Heterogeneity-aware Cross-school Electives Recommendation: a Hybrid Federated Approach
Chengyi Ju, Jiannong Cao, Yu Yang, Zhen-Qun Yang, Ho Man Lee
TL;DR
HFRec tackles privacy-conscious cross-school elective recommendation by addressing data sparsity and heterogeneity with per-school heterogeneous graphs and a heterogeneity-aware attention mechanism. It combines content features processed via RoBERTa with context from local graphs, trained under a federated scheme with a Constrained Matrix Factorization objective and adaptive learning rates. The authors demonstrate that HFRec outperforms privacy-preserving baselines on both open MOOC benchmarks and real-world WebSAMS data, achieving superior top-N metrics. This work advances privacy-preserving personalized education by enabling cross-institution collaboration without direct data sharing, with potential for wider deployment and future privacy enhancements.
Abstract
In the era of modern education, addressing cross-school learner diversity is crucial, especially in personalized recommender systems for elective course selection. However, privacy concerns often limit cross-school data sharing, which hinders existing methods' ability to model sparse data and address heterogeneity effectively, ultimately leading to suboptimal recommendations. In response, we propose HFRec, a heterogeneity-aware hybrid federated recommender system designed for cross-school elective course recommendations. The proposed model constructs heterogeneous graphs for each school, incorporating various interactions and historical behaviors between students to integrate context and content information.

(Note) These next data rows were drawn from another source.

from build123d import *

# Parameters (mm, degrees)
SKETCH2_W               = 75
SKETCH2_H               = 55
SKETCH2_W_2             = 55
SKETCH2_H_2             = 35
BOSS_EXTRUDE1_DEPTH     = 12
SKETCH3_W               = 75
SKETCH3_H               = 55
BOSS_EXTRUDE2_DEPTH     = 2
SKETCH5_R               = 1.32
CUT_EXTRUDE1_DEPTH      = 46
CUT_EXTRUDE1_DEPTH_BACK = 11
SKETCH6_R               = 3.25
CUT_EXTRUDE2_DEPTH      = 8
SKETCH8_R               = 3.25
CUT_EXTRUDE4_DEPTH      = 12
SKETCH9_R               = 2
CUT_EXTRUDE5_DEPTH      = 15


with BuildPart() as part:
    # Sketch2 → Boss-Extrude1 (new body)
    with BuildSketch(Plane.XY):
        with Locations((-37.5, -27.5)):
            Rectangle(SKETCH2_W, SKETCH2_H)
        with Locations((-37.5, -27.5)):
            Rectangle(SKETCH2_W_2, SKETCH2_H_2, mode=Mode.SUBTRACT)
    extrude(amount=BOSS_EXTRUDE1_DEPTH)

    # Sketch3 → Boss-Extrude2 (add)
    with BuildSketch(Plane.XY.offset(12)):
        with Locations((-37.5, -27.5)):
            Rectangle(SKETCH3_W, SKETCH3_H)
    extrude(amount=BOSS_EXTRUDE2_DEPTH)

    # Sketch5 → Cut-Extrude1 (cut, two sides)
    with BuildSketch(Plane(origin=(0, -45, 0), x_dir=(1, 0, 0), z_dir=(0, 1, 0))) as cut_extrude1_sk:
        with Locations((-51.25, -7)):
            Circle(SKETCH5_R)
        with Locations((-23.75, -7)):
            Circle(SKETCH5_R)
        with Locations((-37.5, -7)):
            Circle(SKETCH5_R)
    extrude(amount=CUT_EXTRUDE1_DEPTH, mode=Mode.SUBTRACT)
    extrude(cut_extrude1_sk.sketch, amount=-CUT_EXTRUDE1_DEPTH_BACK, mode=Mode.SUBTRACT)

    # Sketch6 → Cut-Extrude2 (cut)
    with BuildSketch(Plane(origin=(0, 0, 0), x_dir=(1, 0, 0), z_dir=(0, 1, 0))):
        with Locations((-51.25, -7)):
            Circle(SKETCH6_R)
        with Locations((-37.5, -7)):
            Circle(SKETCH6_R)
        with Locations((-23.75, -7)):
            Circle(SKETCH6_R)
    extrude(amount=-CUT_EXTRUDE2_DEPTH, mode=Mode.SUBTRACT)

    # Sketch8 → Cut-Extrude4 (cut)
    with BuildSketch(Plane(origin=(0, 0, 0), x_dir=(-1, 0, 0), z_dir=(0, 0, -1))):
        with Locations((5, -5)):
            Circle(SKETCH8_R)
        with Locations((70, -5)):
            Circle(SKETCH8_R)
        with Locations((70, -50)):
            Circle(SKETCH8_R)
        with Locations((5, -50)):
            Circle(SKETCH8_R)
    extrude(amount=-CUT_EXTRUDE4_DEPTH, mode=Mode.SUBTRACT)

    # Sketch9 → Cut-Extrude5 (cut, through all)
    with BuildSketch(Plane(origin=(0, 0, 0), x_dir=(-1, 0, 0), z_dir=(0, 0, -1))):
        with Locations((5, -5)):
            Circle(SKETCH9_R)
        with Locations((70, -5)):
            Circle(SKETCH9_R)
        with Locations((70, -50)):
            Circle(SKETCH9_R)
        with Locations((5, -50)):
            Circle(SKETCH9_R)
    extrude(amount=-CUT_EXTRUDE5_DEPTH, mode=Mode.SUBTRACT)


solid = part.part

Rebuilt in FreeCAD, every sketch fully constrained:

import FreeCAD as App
import Part
import Sketcher

V = App.Vector
Q = App.Units.Quantity


def add_polygon(sketch, points):
    """Adds a closed chain of lines whose ends are joined by coincident constraints."""
    first, n = sketch.GeometryCount, len(points)
    for a, b in zip(points, points[1:] + points[:1]):
        sketch.addGeometry(Part.LineSegment(App.Vector(*a, 0), App.Vector(*b, 0)), False)
    for i in range(n):
        sketch.addConstraint(Sketcher.Constraint("Coincident", first + i, 2, first + (i + 1) % n, 1))

doc = App.newDocument("Part")
body = doc.addObject("PartDesign::Body", "Body")

sketch1 = body.newObject("Sketcher::SketchObject", "Sketch")
sketch1.AttachmentSupport = (doc.getObject("XY_Plane"), [""])
sketch1.MapMode = "FlatFace"
add_polygon(sketch1, [(-75, 0), (-75, -55), (0, -55), (0, 0)])
add_polygon(sketch1, [(-10, -45), (-65, -45), (-65, -10), (-10, -10)])
sketch1.addConstraint(Sketcher.Constraint("Vertical", 0))
sketch1.addConstraint(Sketcher.Constraint("Horizontal", 1))
sketch1.addConstraint(Sketcher.Constraint("Vertical", 2))
sketch1.addConstraint(Sketcher.Constraint("Horizontal", 3))
sketch1.addConstraint(Sketcher.Constraint("Horizontal", 4))
sketch1.addConstraint(Sketcher.Constraint("Vertical", 5))
sketch1.addConstraint(Sketcher.Constraint("Horizontal", 6))
sketch1.addConstraint(Sketcher.Constraint("Vertical", 7))
sketch1.addConstraint(Sketcher.Constraint("Coincident", 2, 2, -1, 1))
sketch1.addConstraint(Sketcher.Constraint("Equal", 6, 0))
sketch1.addConstraint(Sketcher.Constraint("DistanceX", 1, 1, 1, 2, Q("75 mm")))
sketch1.addConstraint(Sketcher.Constraint("DistanceX", 4, 2, 4, 1, Q("55 mm")))
sketch1.addConstraint(Sketcher.Constraint("DistanceY", 5, 1, 5, 2, Q("35 mm")))
sketch1.addConstraint(Sketcher.Constraint("DistanceX", 4, 2, -1, 1, Q("65 mm")))
sketch1.addConstraint(Sketcher.Constraint("DistanceY", 4, 2, -1, 1, Q("45 mm")))
pad1 = body.newObject("PartDesign::Pad", "Pad")
pad1.Profile = sketch1
pad1.Length = 12

sketch2 = body.newObject("Sketcher::SketchObject", "Sketch001")
sketch2.AttachmentSupport = (doc.getObject("XY_Plane"), [""])
sketch2.MapMode = "FlatFace"
sketch2.AttachmentOffset = App.Placement(V(0, 0, 12), App.Rotation())
add_polygon(sketch2, [(-75, 0), (-75, -55), (0, -55), (0, 0)])
sketch2.addConstraint(Sketcher.Constraint("Vertical", 0))
sketch2.addConstraint(Sketcher.Constraint("Horizontal", 1))
sketch2.addConstraint(Sketcher.Constraint("Vertical", 2))
sketch2.addConstraint(Sketcher.Constraint("Horizontal", 3))
sketch2.addConstraint(Sketcher.Constraint("Coincident", 2, 2, -1, 1))
sketch2.addConstraint(Sketcher.Constraint("DistanceX", 1, 1, 1, 2, Q("75 mm")))
sketch2.addConstraint(Sketcher.Constraint("DistanceY", 0, 2, 0, 1, Q("55 mm")))
pad2 = body.newObject("PartDesign::Pad", "Pad001")
pad2.Profile = sketch2
pad2.Length = 2

sketch3 = body.newObject("Sketcher::SketchObject", "Sketch002")
sketch3.AttachmentSupport = (doc.getObject("XZ_Plane"), [""])
sketch3.MapMode = "FlatFace"
sketch3.AttachmentOffset = App.Placement(V(0, 0, 45), App.Rotation())
sketch3.addGeometry(Part.Circle(V(-51.25, 7, 0), V(0, 0, 1), 1.32), False)
sketch3.addGeometry(Part.Circle(V(-23.75, 7, 0), V(0, 0, 1), 1.32), False)
sketch3.addGeometry(Part.Circle(V(-37.5, 7, 0), V(0, 0, 1), 1.32), False)
sketch3.addConstraint(Sketcher.Constraint("Equal", 0, 1))
sketch3.addConstraint(Sketcher.Constraint("Equal", 1, 2))
sketch3.addConstraint(Sketcher.Constraint("Horizontal", 0, 3, 1, 3))
sketch3.addConstraint(Sketcher.Constraint("Horizontal", 1, 3, 2, 3))
sketch3.addConstraint(Sketcher.Constraint("Diameter", 0, Q("2.64 mm")))
sketch3.addConstraint(Sketcher.Constraint("DistanceY", -1, 1, 0, 3, Q("7 mm")))
sketch3.addConstraint(Sketcher.Constraint("DistanceX", 2, 3, -1, 1, Q("37.5 mm")))
sketch3.addConstraint(Sketcher.Constraint("DistanceX", 0, 3, 1, 3, Q("27.5 mm")))
sketch3.addConstraint(Sketcher.Constraint("DistanceX", 0, 3, -1, 1, Q("51.25 mm")))
pocket1 = body.newObject("PartDesign::Pocket", "Pocket")
pocket1.Profile = sketch3
pocket1.Type = "ThroughAll"
pocket1.Midplane = True

sketch4 = body.newObject("Sketcher::SketchObject", "Sketch003")
sketch4.AttachmentSupport = (doc.getObject("XZ_Plane"), [""])
sketch4.MapMode = "FlatFace"
sketch4.addGeometry(Part.Circle(V(-51.25, 7, 0), V(0, 0, 1), 3.25), False)
sketch4.addGeometry(Part.Circle(V(-37.5, 7, 0), V(0, 0, 1), 3.25), False)
sketch4.addGeometry(Part.Circle(V(-23.75, 7, 0), V(0, 0, 1), 3.25), False)
sketch4.addConstraint(Sketcher.Constraint("Equal", 0, 1))
sketch4.addConstraint(Sketcher.Constraint("Equal", 1, 2))
sketch4.addConstraint(Sketcher.Constraint("Horizontal", 0, 3, 1, 3))
sketch4.addConstraint(Sketcher.Constraint("Horizontal", 1, 3, 2, 3))
sketch4.addConstraint(Sketcher.Constraint("Diameter", 0, Q("6.5 mm")))
sketch4.addConstraint(Sketcher.Constraint("DistanceY", -1, 1, 0, 3, Q("7 mm")))
sketch4.addConstraint(Sketcher.Constraint("DistanceX", 1, 3, -1, 1, Q("37.5 mm")))
sketch4.addConstraint(Sketcher.Constraint("DistanceX", 0, 3, 2, 3, Q("27.5 mm")))
sketch4.addConstraint(Sketcher.Constraint("DistanceX", 0, 3, -1, 1, Q("51.25 mm")))
pocket2 = body.newObject("PartDesign::Pocket", "Pocket001")
pocket2.Profile = sketch4
pocket2.Length = 8
pocket2.Reversed = True

sketch5 = body.newObject("Sketcher::SketchObject", "Sketch004")
sketch5.AttachmentSupport = (doc.getObject("XY_Plane"), [""])
sketch5.MapMode = "FlatFace"
sketch5.addGeometry(Part.Circle(V(-5, -5, 0), V(0, 0, 1), 3.25), False)
sketch5.addGeometry(Part.Circle(V(-70, -5, 0), V(0, 0, 1), 3.25), False)
sketch5.addGeometry(Part.Circle(V(-70, -50, 0), V(0, 0, 1), 3.25), False)
sketch5.addGeometry(Part.Circle(V(-5, -50, 0), V(0, 0, 1), 3.25), False)
sketch5.addConstraint(Sketcher.Constraint("Equal", 0, 1))
sketch5.addConstraint(Sketcher.Constraint("Equal", 1, 2))
sketch5.addConstraint(Sketcher.Constraint("Equal", 2, 3))
sketch5.addConstraint(Sketcher.Constraint("Horizontal", 0, 3, 1, 3))
sketch5.addConstraint(Sketcher.Constraint("Horizontal", 2, 3, 3, 3))
sketch5.addConstraint(Sketcher.Constraint("Vertical", 1, 3, 2, 3))
sketch5.addConstraint(Sketcher.Constraint("Vertical", 0, 3, 3, 3))
sketch5.addConstraint(Sketcher.Constraint("Diameter", 0, Q("6.5 mm")))
sketch5.addConstraint(Sketcher.Constraint("DistanceX", 0, 3, -1, 1, Q("5 mm")))
sketch5.addConstraint(Sketcher.Constraint("DistanceY", 0, 3, -1, 1, Q("5 mm")))
sketch5.addConstraint(Sketcher.Constraint("DistanceX", 1, 3, -1, 1, Q("70 mm")))
sketch5.addConstraint(Sketcher.Constraint("DistanceY", 2, 3, -1, 1, Q("50 mm")))
pocket3 = body.newObject("PartDesign::Pocket", "Pocket002")
pocket3.Profile = sketch5
pocket3.Length = 12
pocket3.Reversed = True

sketch6 = body.newObject("Sketcher::SketchObject", "Sketch005")
sketch6.AttachmentSupport = (doc.getObject("XY_Plane"), [""])
sketch6.MapMode = "FlatFace"
sketch6.addGeometry(Part.Circle(V(-5, -5, 0), V(0, 0, 1), 2), False)
sketch6.addGeometry(Part.Circle(V(-70, -5, 0), V(0, 0, 1), 2), False)
sketch6.addGeometry(Part.Circle(V(-70, -50, 0), V(0, 0, 1), 2), False)
sketch6.addGeometry(Part.Circle(V(-5, -50, 0), V(0, 0, 1), 2), False)
sketch6.addConstraint(Sketcher.Constraint("Equal", 0, 1))
sketch6.addConstraint(Sketcher.Constraint("Equal", 1, 2))
sketch6.addConstraint(Sketcher.Constraint("Equal", 2, 3))
sketch6.addConstraint(Sketcher.Constraint("Horizontal", 0, 3, 1, 3))
sketch6.addConstraint(Sketcher.Constraint("Horizontal", 2, 3, 3, 3))
sketch6.addConstraint(Sketcher.Constraint("Vertical", 1, 3, 2, 3))
sketch6.addConstraint(Sketcher.Constraint("Vertical", 0, 3, 3, 3))
sketch6.addConstraint(Sketcher.Constraint("Diameter", 0, Q("4 mm")))
sketch6.addConstraint(Sketcher.Constraint("DistanceX", 0, 3, -1, 1, Q("5 mm")))
sketch6.addConstraint(Sketcher.Constraint("DistanceY", 0, 3, -1, 1, Q("5 mm")))
sketch6.addConstraint(Sketcher.Constraint("DistanceX", 1, 3, -1, 1, Q("70 mm")))
sketch6.addConstraint(Sketcher.Constraint("DistanceY", 2, 3, -1, 1, Q("50 mm")))
pocket4 = body.newObject("PartDesign::Pocket", "Pocket003")
pocket4.Profile = sketch6
pocket4.Type = "ThroughAll"
pocket4.Reversed = True

doc.recompute()
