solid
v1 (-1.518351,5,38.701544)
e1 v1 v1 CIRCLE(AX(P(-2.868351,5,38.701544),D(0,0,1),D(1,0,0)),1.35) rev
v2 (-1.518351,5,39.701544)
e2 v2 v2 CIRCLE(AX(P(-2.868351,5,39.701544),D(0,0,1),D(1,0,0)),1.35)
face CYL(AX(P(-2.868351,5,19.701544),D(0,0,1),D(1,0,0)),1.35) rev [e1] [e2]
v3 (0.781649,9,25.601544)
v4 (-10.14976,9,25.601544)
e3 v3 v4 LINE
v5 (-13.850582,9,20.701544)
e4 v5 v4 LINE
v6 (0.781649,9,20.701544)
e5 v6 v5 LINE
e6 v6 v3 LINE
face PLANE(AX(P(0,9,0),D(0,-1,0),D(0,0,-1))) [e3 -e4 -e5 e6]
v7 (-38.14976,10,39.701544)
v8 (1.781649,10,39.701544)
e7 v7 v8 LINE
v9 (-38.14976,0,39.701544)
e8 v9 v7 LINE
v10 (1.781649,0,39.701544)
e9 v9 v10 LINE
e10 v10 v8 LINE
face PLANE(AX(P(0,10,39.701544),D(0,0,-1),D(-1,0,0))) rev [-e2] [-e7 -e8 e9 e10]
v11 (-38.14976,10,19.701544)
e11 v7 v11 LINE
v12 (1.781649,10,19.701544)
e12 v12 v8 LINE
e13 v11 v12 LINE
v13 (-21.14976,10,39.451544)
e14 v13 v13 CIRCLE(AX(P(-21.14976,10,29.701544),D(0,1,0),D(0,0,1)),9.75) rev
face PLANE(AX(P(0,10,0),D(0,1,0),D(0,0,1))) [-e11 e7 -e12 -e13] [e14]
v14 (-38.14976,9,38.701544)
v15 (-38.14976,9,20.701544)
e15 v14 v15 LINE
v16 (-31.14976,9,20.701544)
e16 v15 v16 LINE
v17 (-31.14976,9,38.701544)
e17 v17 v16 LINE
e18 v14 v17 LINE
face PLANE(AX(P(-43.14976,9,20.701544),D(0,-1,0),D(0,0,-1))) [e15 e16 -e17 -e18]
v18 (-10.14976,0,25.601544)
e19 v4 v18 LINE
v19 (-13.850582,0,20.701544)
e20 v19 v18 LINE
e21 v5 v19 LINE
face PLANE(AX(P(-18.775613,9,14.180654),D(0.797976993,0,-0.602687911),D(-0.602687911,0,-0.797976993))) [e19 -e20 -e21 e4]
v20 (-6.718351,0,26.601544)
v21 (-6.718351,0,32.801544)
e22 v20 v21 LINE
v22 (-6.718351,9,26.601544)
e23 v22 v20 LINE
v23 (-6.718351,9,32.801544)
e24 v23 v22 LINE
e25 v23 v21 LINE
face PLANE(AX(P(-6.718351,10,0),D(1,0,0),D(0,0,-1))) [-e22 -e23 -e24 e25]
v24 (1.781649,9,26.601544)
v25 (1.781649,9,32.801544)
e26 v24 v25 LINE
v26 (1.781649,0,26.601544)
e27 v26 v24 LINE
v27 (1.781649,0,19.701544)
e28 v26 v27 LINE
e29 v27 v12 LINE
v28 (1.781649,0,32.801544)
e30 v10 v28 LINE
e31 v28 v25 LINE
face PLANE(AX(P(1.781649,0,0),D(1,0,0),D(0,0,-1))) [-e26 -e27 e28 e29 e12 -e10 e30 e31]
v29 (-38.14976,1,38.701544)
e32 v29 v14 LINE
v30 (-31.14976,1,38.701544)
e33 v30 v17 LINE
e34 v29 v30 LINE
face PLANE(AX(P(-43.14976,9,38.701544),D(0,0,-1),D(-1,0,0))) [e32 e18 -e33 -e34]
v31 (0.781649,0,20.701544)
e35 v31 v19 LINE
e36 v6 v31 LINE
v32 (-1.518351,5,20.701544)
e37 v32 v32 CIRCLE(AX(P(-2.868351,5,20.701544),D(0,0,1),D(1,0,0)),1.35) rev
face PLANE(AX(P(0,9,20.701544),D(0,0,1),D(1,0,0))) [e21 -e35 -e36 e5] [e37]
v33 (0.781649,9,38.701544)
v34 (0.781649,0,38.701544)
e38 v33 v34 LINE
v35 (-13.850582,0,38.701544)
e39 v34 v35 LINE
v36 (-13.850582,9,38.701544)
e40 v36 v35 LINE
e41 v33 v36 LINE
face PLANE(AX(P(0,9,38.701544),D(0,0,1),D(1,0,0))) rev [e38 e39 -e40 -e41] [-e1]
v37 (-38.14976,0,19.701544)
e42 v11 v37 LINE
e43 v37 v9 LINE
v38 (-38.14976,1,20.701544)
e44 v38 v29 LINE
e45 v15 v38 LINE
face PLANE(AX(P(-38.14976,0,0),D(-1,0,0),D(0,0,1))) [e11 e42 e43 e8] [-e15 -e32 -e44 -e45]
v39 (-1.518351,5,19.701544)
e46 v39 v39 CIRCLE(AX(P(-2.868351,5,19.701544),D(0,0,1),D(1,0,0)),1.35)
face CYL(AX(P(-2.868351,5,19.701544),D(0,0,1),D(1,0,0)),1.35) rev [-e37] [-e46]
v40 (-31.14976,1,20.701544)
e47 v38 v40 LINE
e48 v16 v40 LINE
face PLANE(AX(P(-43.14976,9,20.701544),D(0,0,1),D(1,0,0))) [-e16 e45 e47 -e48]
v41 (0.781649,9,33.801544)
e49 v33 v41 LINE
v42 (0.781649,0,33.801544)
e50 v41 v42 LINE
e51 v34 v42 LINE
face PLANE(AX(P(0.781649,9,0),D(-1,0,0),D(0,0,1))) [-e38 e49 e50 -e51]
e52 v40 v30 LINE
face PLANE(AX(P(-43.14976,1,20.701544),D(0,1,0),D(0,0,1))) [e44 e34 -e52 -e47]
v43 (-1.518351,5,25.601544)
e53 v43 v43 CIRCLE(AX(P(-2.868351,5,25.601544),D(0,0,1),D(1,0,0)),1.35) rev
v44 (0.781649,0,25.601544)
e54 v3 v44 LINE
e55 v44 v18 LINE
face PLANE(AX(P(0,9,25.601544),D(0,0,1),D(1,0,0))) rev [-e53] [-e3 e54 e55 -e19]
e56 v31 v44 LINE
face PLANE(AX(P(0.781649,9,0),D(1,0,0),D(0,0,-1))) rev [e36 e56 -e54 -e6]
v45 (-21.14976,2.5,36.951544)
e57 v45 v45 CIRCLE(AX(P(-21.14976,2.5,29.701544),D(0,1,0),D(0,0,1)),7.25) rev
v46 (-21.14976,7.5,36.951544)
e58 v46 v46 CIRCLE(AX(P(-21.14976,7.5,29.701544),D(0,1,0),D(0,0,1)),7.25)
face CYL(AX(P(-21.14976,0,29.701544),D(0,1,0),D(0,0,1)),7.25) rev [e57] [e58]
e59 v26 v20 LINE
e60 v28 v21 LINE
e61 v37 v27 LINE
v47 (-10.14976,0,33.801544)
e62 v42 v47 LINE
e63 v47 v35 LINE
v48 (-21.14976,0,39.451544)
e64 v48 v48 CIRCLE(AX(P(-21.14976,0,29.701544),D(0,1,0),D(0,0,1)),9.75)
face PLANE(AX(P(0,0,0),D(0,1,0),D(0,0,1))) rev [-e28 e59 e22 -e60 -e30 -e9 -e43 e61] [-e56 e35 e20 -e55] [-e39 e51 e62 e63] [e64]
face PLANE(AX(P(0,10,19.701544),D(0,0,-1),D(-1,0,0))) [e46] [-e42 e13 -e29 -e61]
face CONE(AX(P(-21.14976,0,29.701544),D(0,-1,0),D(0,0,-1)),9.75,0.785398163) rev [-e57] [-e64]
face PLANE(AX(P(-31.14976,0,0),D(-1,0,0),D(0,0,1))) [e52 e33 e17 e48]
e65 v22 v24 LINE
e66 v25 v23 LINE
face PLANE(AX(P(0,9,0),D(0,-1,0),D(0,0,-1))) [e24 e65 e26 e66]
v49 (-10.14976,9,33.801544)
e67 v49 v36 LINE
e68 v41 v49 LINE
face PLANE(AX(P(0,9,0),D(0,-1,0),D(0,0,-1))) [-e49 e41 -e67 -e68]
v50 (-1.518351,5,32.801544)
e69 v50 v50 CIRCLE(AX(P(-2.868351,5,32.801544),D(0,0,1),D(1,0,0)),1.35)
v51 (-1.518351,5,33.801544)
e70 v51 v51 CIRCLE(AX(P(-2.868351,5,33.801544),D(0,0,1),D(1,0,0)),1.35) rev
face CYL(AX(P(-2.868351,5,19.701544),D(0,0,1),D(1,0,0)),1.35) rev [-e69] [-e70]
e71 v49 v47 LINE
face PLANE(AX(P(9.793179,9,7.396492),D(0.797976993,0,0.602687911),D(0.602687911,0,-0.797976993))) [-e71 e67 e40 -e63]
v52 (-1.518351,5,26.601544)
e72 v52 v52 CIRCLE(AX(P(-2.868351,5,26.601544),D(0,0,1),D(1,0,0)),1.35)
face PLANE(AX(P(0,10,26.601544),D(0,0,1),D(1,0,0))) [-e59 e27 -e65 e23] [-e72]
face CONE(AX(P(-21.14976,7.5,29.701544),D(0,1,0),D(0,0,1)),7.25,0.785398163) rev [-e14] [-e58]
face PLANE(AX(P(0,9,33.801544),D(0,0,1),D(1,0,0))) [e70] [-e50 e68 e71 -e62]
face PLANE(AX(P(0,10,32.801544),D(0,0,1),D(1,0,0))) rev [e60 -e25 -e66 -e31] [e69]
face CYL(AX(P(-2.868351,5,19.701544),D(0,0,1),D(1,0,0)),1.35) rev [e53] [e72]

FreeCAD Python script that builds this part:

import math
import FreeCAD as App
import Part
import Sketcher
Q = App.Units.Quantity


def edges_at(feature, points):
    """Names of the edges that pass closest to the given points."""
    edges = feature.Shape.Edges
    near = lambda p: min(range(len(edges)), key=lambda i: edges[i].distToShape(Part.Vertex(*p))[0])
    return sorted({f"Edge{near(p) + 1}" for p in points})

doc = App.newDocument("Part")
params = doc.addObject("Spreadsheet::Sheet", "Params")
for row, (alias, value) in enumerate([
    ("sketch1_radius", "10 mm"),
    ("sketch1_width", "20 mm"),
    ("sketch1_height", "6.9 mm"),
    ("pad1_length", "10 mm"),
    ("sketch2_diameter", "14.5 mm"),
    ("pocket1_length", "10 mm"),
    ("chamfer_size", "2.5 mm"),
    ("sketch3_width", "2 mm"),
    ("sketch3_height", "6.2 mm"),
    ("pad2_length", "8.5 mm"),
    ("sketch4_height", "6.9 mm"),
    ("pad3_length", "10 mm"),
    ("sketch5_width", "8.5 mm"),
    ("sketch5_height", "6.2 mm"),
    ("pocket2_length", "1 mm"),
    ("sketch6_diameter", "2.7 mm"),
    ("pocket3_length", "20 mm"),
    ("sketch7_radius", "10 mm"),
    ("pad4_length", "10 mm"),
    ("sketch8_width", "10 mm"),
    ("sketch8_width2", "8 mm"),
    ("sketch8_height", "20 mm"),
    ("sketch8_height2", "18 mm"),
    ("pad5_length", "12 mm"),
    ("sketch9_height", "4.9 mm"),
    ("pocket4_length", "9 mm"),
    ("sketch10_width", "10 mm"),
    ("sketch10_width2", "8 mm"),
    ("sketch10_height", "20 mm"),
    ("sketch10_height2", "18 mm"),
    ("pocket5_length", "5 mm"),
], start=1):
    params.set(f"A{row}", alias)
    params.set(f"B{row}", "=" + value)
    params.setAlias(f"B{row}", alias)

body = doc.addObject("PartDesign::Body", "Body")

We design an attention mechanism to capture heterogeneity-aware representations. Moreover, under a federated scheme, we train individual school-based models with adaptive learning settings to recommend tailored electives. Our HFRec model demonstrates its effectiveness in providing personalized elective recommendations while maintaining privacy, as it outperforms state-of-the-art models on both open-source and real-world datasets.